[Opening Records provided section]

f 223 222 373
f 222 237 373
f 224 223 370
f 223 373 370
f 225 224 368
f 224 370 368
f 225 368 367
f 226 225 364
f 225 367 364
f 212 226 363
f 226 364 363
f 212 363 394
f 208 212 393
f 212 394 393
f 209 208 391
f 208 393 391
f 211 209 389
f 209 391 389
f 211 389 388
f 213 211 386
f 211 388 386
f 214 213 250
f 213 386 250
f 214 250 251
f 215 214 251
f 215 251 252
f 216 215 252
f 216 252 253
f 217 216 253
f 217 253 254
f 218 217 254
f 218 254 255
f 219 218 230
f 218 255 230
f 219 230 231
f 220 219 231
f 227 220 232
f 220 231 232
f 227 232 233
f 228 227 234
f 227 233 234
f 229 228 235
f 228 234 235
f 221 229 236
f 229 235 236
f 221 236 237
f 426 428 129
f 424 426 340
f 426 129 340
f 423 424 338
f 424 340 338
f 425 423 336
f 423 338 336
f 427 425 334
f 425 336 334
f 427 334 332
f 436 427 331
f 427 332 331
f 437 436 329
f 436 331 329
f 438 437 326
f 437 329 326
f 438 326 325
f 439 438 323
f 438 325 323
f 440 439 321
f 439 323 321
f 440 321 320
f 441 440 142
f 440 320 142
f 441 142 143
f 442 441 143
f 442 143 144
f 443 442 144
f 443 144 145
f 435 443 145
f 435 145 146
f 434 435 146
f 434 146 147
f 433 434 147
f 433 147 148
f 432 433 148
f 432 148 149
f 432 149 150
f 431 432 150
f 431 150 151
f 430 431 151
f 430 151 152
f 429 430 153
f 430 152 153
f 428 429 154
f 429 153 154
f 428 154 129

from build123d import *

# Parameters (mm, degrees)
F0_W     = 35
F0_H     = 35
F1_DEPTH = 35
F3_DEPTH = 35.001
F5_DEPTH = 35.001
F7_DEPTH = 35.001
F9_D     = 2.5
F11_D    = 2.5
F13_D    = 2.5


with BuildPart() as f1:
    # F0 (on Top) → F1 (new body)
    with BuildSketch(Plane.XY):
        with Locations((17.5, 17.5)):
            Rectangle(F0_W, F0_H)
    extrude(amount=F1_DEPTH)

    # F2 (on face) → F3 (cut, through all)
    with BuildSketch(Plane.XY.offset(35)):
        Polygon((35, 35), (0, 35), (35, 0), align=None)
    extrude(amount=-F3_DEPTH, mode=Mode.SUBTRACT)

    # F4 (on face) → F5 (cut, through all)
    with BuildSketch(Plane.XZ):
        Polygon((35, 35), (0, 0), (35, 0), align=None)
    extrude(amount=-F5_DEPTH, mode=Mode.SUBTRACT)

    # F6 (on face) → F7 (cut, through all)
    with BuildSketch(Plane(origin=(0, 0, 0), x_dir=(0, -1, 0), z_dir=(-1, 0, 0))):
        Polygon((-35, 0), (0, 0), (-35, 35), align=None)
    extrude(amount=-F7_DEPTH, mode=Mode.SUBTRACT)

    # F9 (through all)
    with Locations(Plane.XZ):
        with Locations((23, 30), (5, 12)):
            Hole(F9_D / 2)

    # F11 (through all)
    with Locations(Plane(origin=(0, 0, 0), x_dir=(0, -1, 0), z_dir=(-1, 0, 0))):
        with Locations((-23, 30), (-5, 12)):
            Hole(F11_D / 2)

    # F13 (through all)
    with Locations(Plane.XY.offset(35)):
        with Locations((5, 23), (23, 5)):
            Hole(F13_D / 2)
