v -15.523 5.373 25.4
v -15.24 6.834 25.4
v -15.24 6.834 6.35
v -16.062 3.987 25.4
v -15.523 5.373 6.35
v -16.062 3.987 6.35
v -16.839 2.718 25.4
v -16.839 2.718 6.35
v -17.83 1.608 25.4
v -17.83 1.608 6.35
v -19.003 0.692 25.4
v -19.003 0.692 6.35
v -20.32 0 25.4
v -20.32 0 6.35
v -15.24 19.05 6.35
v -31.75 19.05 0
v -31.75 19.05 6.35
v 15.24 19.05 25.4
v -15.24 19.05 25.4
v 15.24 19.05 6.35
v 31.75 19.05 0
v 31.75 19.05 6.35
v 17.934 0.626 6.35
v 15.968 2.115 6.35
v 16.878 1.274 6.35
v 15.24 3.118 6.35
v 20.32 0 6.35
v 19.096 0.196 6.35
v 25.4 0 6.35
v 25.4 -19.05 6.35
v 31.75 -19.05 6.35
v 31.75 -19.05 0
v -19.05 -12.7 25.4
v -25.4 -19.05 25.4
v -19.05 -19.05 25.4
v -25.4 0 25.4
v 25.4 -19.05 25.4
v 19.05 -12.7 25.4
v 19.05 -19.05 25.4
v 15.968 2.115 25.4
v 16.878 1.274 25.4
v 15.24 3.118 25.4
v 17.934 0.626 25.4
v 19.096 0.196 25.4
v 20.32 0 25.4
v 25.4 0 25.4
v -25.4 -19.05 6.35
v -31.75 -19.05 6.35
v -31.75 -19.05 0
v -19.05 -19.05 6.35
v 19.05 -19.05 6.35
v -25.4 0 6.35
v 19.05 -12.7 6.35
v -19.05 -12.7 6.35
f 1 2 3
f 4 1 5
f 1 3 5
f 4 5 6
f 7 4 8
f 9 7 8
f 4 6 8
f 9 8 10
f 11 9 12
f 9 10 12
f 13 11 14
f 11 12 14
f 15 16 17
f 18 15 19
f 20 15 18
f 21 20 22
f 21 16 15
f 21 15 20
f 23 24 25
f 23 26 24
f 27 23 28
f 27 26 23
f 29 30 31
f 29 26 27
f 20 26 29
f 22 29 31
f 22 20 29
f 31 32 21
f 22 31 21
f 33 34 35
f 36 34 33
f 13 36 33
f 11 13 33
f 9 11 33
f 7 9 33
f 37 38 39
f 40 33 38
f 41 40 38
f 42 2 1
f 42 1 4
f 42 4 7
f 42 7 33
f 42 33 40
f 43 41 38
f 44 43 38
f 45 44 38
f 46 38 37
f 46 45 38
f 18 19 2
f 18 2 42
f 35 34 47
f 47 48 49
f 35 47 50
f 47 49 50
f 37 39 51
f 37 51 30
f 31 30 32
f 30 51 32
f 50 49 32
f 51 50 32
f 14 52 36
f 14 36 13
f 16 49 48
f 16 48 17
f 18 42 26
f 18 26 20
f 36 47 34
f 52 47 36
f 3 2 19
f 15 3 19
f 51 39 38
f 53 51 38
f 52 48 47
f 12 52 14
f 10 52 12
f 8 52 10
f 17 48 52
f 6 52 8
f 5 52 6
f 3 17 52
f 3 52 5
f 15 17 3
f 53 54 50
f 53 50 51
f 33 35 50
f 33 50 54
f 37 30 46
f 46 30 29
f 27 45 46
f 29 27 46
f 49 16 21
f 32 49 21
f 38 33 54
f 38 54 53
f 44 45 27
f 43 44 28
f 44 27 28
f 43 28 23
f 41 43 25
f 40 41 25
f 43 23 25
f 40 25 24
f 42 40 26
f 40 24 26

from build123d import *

# Parameters (mm, degrees)
F0_W      = 63.5
F0_H      = 38.1
F1_DEPTH  = 6.35
F2_W      = 50.8
F2_H      = 38.1
F3_DEPTH  = 19.05
F4_W      = 38.1
F4_H      = 6.35
F5_DEPTH  = 19.05
F6_W      = 10.16
F6_H      = 19.05
F7_DEPTH  = 19.05
F8_DEPTH  = 19.05
F10_DEPTH = 19.05
F12_DEPTH = 19.05


with BuildPart() as f1:
    # F0 (on Top) → F1 (new body)
    with BuildSketch(Plane.XY):
        Rectangle(F0_W, F0_H)
    extrude(amount=F1_DEPTH)

    # F2 (on face) → F3 (join)
    with BuildSketch(Plane.XY.offset(6.35)):
        Rectangle(F2_W, F2_H)
    extrude(amount=F3_DEPTH)

    # F4 (on face) → F5 (cut)
    with BuildSketch(Plane.XY.offset(25.4)):
        with Locations((0, -15.875)):
            Rectangle(F4_W, F4_H)
    extrude(amount=-F5_DEPTH, mode=Mode.SUBTRACT)

    # F6 (on face) → F7 (cut)
    with BuildSketch(Plane.XY.offset(25.4)):
        with Locations((-20.32, 9.525)):
            Rectangle(F6_W, F6_H)
    extrude(amount=-F7_DEPTH, mode=Mode.SUBTRACT)

    # F6 (on face) → F8 (cut)
    with BuildSketch(Plane.XY.offset(25.4)):
        with Locations((20.32, 9.525)):
            Rectangle(F6_W, F6_H)
    extrude(amount=-F8_DEPTH, mode=Mode.SUBTRACT)

    # F9 (on face) → F10 (join)
    with BuildSketch(Plane.XY.offset(6.35)):
        with BuildLine():
            ThreePointArc((-15.24, 6.8340138532), (-16.8394418456, 2.717851858), (-20.32, 0))
            Line((-20.32, 0), (-15.24, 0))
            Line((-15.24, 0), (-15.24, 6.8340138532))
        make_face()
    extrude(amount=F10_DEPTH)

    # F11 (on face) → F12 (join)
    with BuildSketch(Plane.XY.offset(6.35)):
        with BuildLine():
            ThreePointArc((20.32, 0), (17.3902858448, 0.9238566208), (15.24, 3.1177132417))
            Line((15.24, 3.1177132417), (15.24, 0))
            Line((15.24, 0), (20.32, 0))
        make_face()
    extrude(amount=F12_DEPTH)


solid = f1.part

[Closing Records provided section]

▶ How to complete this task: What is needed is the count of lines in the records that include the word "origin", with no other text.

▶ Response box: 2